What you said makes sense, and some of which crossed my mind. However, I don't like to put my data into a conceptual black box. Now I feel much more confident in moving forward.
Also, I'm about to start getting involved with a new python port of edgeR called edgePy. The r/bioinformatics community has come together to begin writing it. https://github.com/r-bioinformatics/edgePy
Thanks for letting me know about edgePy. I think you will find this a very big project. Also, I don't see how edgePy hopes to be faster than the original, since edgeR is primarily written in C++.

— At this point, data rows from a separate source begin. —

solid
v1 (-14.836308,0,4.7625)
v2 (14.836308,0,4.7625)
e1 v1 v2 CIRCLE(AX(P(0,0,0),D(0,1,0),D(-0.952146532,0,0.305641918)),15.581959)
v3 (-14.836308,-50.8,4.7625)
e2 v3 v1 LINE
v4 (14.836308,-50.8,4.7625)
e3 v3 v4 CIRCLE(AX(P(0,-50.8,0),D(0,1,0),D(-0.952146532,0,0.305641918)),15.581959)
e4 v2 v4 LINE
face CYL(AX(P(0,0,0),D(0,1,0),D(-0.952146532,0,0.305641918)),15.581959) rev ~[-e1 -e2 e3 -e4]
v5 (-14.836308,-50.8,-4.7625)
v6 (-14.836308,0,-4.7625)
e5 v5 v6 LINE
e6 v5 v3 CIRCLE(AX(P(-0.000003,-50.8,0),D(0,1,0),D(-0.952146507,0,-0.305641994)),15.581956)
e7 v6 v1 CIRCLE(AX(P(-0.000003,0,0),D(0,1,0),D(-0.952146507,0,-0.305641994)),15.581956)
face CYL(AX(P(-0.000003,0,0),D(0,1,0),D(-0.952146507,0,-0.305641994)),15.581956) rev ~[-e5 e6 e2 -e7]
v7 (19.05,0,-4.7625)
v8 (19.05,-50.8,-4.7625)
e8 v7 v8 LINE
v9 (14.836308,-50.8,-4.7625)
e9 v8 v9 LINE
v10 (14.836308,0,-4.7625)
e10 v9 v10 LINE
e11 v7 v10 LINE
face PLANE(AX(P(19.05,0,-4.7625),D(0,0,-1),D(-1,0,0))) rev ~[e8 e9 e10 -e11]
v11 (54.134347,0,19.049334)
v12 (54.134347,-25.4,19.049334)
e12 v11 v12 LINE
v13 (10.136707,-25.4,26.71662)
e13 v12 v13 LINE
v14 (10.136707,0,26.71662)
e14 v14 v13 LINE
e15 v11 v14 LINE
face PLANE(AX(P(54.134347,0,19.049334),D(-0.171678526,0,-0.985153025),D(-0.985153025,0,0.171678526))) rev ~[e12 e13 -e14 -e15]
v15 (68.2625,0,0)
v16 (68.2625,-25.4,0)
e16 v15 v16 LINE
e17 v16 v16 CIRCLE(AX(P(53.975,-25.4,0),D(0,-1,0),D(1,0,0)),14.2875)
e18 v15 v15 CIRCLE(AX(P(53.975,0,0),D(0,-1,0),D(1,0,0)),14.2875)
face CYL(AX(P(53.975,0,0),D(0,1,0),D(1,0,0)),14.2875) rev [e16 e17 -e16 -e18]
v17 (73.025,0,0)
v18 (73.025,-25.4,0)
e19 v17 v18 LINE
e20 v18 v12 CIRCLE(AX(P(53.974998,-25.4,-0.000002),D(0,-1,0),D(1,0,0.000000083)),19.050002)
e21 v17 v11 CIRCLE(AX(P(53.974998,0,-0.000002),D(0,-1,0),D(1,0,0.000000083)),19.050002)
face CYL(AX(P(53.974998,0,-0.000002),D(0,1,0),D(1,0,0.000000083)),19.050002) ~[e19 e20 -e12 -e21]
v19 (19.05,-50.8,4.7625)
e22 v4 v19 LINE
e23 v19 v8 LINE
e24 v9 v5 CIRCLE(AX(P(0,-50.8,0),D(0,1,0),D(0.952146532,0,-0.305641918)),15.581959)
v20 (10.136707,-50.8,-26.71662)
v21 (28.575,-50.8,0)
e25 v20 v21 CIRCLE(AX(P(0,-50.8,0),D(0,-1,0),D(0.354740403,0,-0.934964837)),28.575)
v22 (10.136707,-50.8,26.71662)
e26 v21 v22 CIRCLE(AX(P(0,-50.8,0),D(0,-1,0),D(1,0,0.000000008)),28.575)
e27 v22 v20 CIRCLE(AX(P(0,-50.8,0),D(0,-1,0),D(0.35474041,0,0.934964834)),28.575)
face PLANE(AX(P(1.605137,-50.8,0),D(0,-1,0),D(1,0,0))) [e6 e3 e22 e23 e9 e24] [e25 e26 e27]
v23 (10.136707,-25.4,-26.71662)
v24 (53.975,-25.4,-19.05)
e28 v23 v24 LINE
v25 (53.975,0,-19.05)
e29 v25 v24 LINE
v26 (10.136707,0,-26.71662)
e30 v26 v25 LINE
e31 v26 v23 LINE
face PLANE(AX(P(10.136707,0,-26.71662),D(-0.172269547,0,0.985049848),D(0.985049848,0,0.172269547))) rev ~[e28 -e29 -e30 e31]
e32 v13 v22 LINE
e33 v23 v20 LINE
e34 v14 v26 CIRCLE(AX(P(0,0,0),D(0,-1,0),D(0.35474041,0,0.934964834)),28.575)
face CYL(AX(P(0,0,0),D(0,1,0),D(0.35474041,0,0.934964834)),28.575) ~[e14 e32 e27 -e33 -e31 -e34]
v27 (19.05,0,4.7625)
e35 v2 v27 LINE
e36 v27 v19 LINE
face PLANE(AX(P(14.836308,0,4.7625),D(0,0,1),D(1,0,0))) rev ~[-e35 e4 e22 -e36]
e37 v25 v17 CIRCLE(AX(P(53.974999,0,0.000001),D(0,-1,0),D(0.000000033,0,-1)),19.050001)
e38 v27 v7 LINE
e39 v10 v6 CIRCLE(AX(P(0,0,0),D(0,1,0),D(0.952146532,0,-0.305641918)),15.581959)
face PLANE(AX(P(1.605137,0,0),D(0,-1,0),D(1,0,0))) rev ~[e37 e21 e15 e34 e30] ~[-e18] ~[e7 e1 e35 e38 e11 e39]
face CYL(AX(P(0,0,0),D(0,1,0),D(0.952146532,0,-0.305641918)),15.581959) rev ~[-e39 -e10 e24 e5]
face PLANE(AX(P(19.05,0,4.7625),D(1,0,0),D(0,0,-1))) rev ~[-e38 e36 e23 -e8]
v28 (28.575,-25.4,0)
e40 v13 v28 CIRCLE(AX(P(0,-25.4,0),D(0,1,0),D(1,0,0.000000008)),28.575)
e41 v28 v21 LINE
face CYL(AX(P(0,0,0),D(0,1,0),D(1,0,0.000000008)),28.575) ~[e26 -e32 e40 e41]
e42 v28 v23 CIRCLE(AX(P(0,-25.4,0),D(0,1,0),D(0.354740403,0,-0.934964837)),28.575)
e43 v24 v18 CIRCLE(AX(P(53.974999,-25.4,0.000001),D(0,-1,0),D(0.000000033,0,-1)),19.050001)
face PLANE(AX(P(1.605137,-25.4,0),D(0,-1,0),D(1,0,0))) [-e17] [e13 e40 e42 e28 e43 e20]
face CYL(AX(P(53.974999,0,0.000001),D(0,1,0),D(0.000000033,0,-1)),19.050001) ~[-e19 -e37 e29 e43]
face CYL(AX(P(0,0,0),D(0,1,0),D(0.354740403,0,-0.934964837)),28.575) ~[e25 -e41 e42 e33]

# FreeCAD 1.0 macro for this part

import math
import FreeCAD as App
import Part
import Sketcher
Q = App.Units.Quantity

doc = App.newDocument("Part")
body = doc.addObject("PartDesign::Body", "Body")

sketch1 = body.newObject("Sketcher::SketchObject", "Sketch")
sketch1.AttachmentSupport = (doc.getObject("XZ_Plane"), [""])
sketch1.MapMode = "FlatFace"
sketch1.addGeometry(Part.ArcOfCircle(Part.Circle(App.Vector(0, 0, 0), App.Vector(0, 0, 1), 28.575), math.radians(69.222464), math.radians(290.777536)), False)
sketch1.addGeometry(Part.LineSegment(App.Vector(10.136707, -26.71662, 0), App.Vector(53.975, -19.05, 0)), False)
sketch1.addGeometry(Part.ArcOfCircle(Part.Circle(App.Vector(53.974999, 0.000001, 0), App.Vector(0, 0, 1), 19.050001), math.radians(-89.999998), math.radians(-0.000002)), False)
sketch1.addGeometry(Part.ArcOfCircle(Part.Circle(App.Vector(53.974998, -0.000002, 0), App.Vector(0, 0, 1), 19.050002), math.radians(0.000005), math.radians(89.520728)), False)
sketch1.addGeometry(Part.LineSegment(App.Vector(54.134347, 19.049334, 0), App.Vector(10.136707, 26.71662, 0)), False)
sketch1.addGeometry(Part.ArcOfCircle(Part.Circle(App.Vector(0, 0, 0), App.Vector(0, 0, 1), 15.581959), math.radians(17.796787), math.radians(162.203213)), False)
sketch1.addGeometry(Part.LineSegment(App.Vector(14.836308, 4.7625, 0), App.Vector(19.05, 4.7625, 0)), False)
sketch1.addGeometry(Part.LineSegment(App.Vector(19.05, 4.7625, 0), App.Vector(19.05, -4.7625, 0)), False)
sketch1.addGeometry(Part.LineSegment(App.Vector(19.05, -4.7625, 0), App.Vector(14.836308, -4.7625, 0)), False)
sketch1.addGeometry(Part.ArcOfCircle(Part.Circle(App.Vector(0, 0, 0), App.Vector(0, 0, 1), 15.581959), math.radians(-162.203213), math.radians(-17.796787)), False)
sketch1.addGeometry(Part.ArcOfCircle(Part.Circle(App.Vector(-0.000003, 0, 0), App.Vector(0, 0, 1), 15.581956), math.radians(162.203208), math.radians(197.796792)), False)
sketch1.addGeometry(Part.Circle(App.Vector(53.975, 0, 0), App.Vector(0, 0, 1), 14.2875), False)
sketch1.addConstraint(Sketcher.Constraint("Coincident", 0, 2, 1, 1))
sketch1.addConstraint(Sketcher.Constraint("Coincident", 1, 2, 2, 1))
sketch1.addConstraint(Sketcher.Constraint("Tangent", 2, 2, 3, 1))
sketch1.addConstraint(Sketcher.Constraint("Coincident", 3, 2, 4, 1))
sketch1.addConstraint(Sketcher.Constraint("Coincident", 4, 2, 0, 1))
sketch1.addConstraint(Sketcher.Constraint("Coincident", 5, 1, 6, 1))
sketch1.addConstraint(Sketcher.Constraint("Coincident", 6, 2, 7, 1))
sketch1.addConstraint(Sketcher.Constraint("Coincident", 7, 2, 8, 1))
sketch1.addConstraint(Sketcher.Constraint("Coincident", 8, 2, 9, 2))
sketch1.addConstraint(Sketcher.Constraint("Tangent", 9, 1, 10, 2))
sketch1.addConstraint(Sketcher.Constraint("Tangent", 10, 1, 5, 2))
sketch1.addConstraint(Sketcher.Constraint("Horizontal", 6))
sketch1.addConstraint(Sketcher.Constraint("Vertical", 7))
sketch1.addConstraint(Sketcher.Constraint("Horizontal", 8))
sketch1.addConstraint(Sketcher.Constraint("Coincident", 0, 3, -1, 1))
sketch1.addConstraint(Sketcher.Constraint("Coincident", 5, 3, -1, 1))
sketch1.addConstraint(Sketcher.Constraint("Coincident", 9, 3, -1, 1))
sketch1.addConstraint(Sketcher.Constraint("Coincident", 11, 3, 2, 3))
sketch1.addConstraint(Sketcher.Constraint("Equal", 2, 3))
sketch1.addConstraint(Sketcher.Constraint("PointOnObject", 2, 3, -1))
sketch1.addConstraint(Sketcher.Constraint("PointOnObject", 2, 2, -1))
sketch1.addConstraint(Sketcher.Constraint("Horizontal", 8, 2, 9, 1))
sketch1.addConstraint(Sketcher.Constraint("Horizontal", 6, 2, 10, 1))
sketch1.addConstraint(Sketcher.Constraint("Vertical", 11, 3, 1, 2))
sketch1.addConstraint(Sketcher.Constraint("Vertical", 0, 2, 4, 2))
sketch1.addConstraint(Sketcher.Constraint("Vertical", 5, 1, 8, 2))
sketch1.addConstraint(Sketcher.Constraint("Radius", 2, Q("0.75 in")))
sketch1.addConstraint(Sketcher.Constraint("Diameter", 11, Q("1.125 in")))
sketch1.addConstraint(Sketcher.Constraint("Radius", 0, Q("1.125 in")))
sketch1.addConstraint(Sketcher.Constraint("DistanceY", 7, 2, 7, 1, Q("0.375 in")))
sketch1.addConstraint(Sketcher.Constraint("DistanceX", -1, 1, 6, 2, Q("0.75 in")))
sketch1.addConstraint(Sketcher.Constraint("DistanceX", -1, 1, 2, 3, Q("2.125 in")))
sketch1.addConstraint(Sketcher.Constraint("Radius", 5, Q("15.581959 mm")))
sketch1.addConstraint(Sketcher.Constraint("DistanceX", 4, 2, 5, 1, Q("4.699601 mm")))
sketch1.addConstraint(Sketcher.Constraint("DistanceX", 3, 3, 3, 2, Q("0.159349 mm")))
pad1 = body.newObject("PartDesign::Pad", "Pad")
pad1.Profile = sketch1
pad1.Length = Q("1 in")

sketch2 = body.newObject("Sketcher::SketchObject", "Sketch001")
sketch2.AttachmentSupport = (doc.getObject("XZ_Plane"), [""])
sketch2.MapMode = "FlatFace"
sketch2.addGeometry(Part.ArcOfCircle(Part.Circle(App.Vector(0, 0, 0), App.Vector(0, 0, 1), 28.575), math.radians(-69.222465), math.radians(0)), False)
sketch2.addGeometry(Part.ArcOfCircle(Part.Circle(App.Vector(0, 0, 0), App.Vector(0, 0, 1), 28.575), math.radians(0), math.radians(69.222465)), False)
sketch2.addGeometry(Part.ArcOfCircle(Part.Circle(App.Vector(0, 0, 0), App.Vector(0, 0, 1), 28.575), math.radians(69.222464), math.radians(290.777536)), False)
sketch2.addGeometry(Part.ArcOfCircle(Part.Circle(App.Vector(0, 0, 0), App.Vector(0, 0, 1), 15.581959), math.radians(-162.203213), math.radians(-17.796787)), False)
sketch2.addGeometry(Part.ArcOfCircle(Part.Circle(App.Vector(-0.000003, 0, 0), App.Vector(0, 0, 1), 15.581956), math.radians(162.203208), math.radians(197.796792)), False)
sketch2.addGeometry(Part.ArcOfCircle(Part.Circle(App.Vector(0, 0, 0), App.Vector(0, 0, 1), 15.581959), math.radians(17.796787), math.radians(162.203213)), False)
sketch2.addGeometry(Part.LineSegment(App.Vector(14.836308, 4.7625, 0), App.Vector(19.05, 4.7625, 0)), False)
sketch2.addGeometry(Part.LineSegment(App.Vector(19.05, 4.7625, 0), App.Vector(19.05, -4.7625, 0)), False)
sketch2.addGeometry(Part.LineSegment(App.Vector(19.05, -4.7625, 0), App.Vector(14.836308, -4.7625, 0)), False)
sketch2.addConstraint(Sketcher.Constraint("Tangent", 0, 2, 1, 1))
sketch2.addConstraint(Sketcher.Constraint("Tangent", 1, 2, 2, 1))
sketch2.addConstraint(Sketcher.Constraint("Tangent", 2, 2, 0, 1))
sketch2.addConstraint(Sketcher.Constraint("Tangent", 3, 1, 4, 2))
sketch2.addConstraint(Sketcher.Constraint("Tangent", 4, 1, 5, 2))
sketch2.addConstraint(Sketcher.Constraint("Coincident", 5, 1, 6, 1))
sketch2.addConstraint(Sketcher.Constraint("Coincident", 6, 2, 7, 1))
sketch2.addConstraint(Sketcher.Constraint("Coincident", 7, 2, 8, 1))
sketch2.addConstraint(Sketcher.Constraint("Coincident", 8, 2, 3, 2))
sketch2.addConstraint(Sketcher.Constraint("Horizontal", 6))
sketch2.addConstraint(Sketcher.Constraint("Vertical", 7))
sketch2.addConstraint(Sketcher.Constraint("Horizontal", 8))
sketch2.addConstraint(Sketcher.Constraint("Coincident", 0, 3, -1, 1))
sketch2.addConstraint(Sketcher.Constraint("Coincident", 3, 3, -1, 1))
sketch2.addConstraint(Sketcher.Constraint("Coincident", 5, 3, -1, 1))
sketch2.addConstraint(Sketcher.Constraint("PointOnObject", 0, 2, -1))
sketch2.addConstraint(Sketcher.Constraint("Horizontal", 4, 1, 5, 1))
sketch2.addConstraint(Sketcher.Constraint("Horizontal", 3, 1, 7, 2))
sketch2.addConstraint(Sketcher.Constraint("Vertical", 1, 2, 2, 2))
sketch2.addConstraint(Sketcher.Constraint("Vertical", 3, 1, 4, 1))
sketch2.addConstraint(Sketcher.Constraint("Radius", 0, Q("1.125 in")))
sketch2.addConstraint(Sketcher.Constraint("DistanceY", 7, 2, 7, 1, Q("0.375 in")))
sketch2.addConstraint(Sketcher.Constraint("DistanceX", -1, 1, 6, 2, Q("0.75 in")))
sketch2.addConstraint(Sketcher.Constraint("Radius", 3, Q("15.581959 mm")))
sketch2.addConstraint(Sketcher.Constraint("DistanceY", -1, 1, 1, 2, Q("26.71662 mm")))
pad2 = body.newObject("PartDesign::Pad", "Pad001")
pad2.Profile = sketch2
pad2.Length = Q("2 in")

doc.recompute()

Well they have a plan. I believe they will be using NumPy's an SciPy's math library, which is written in C. So it should be comparable, but I'm not sure to be honest. I think some people just prefer Python over R. I personally like both, and use both.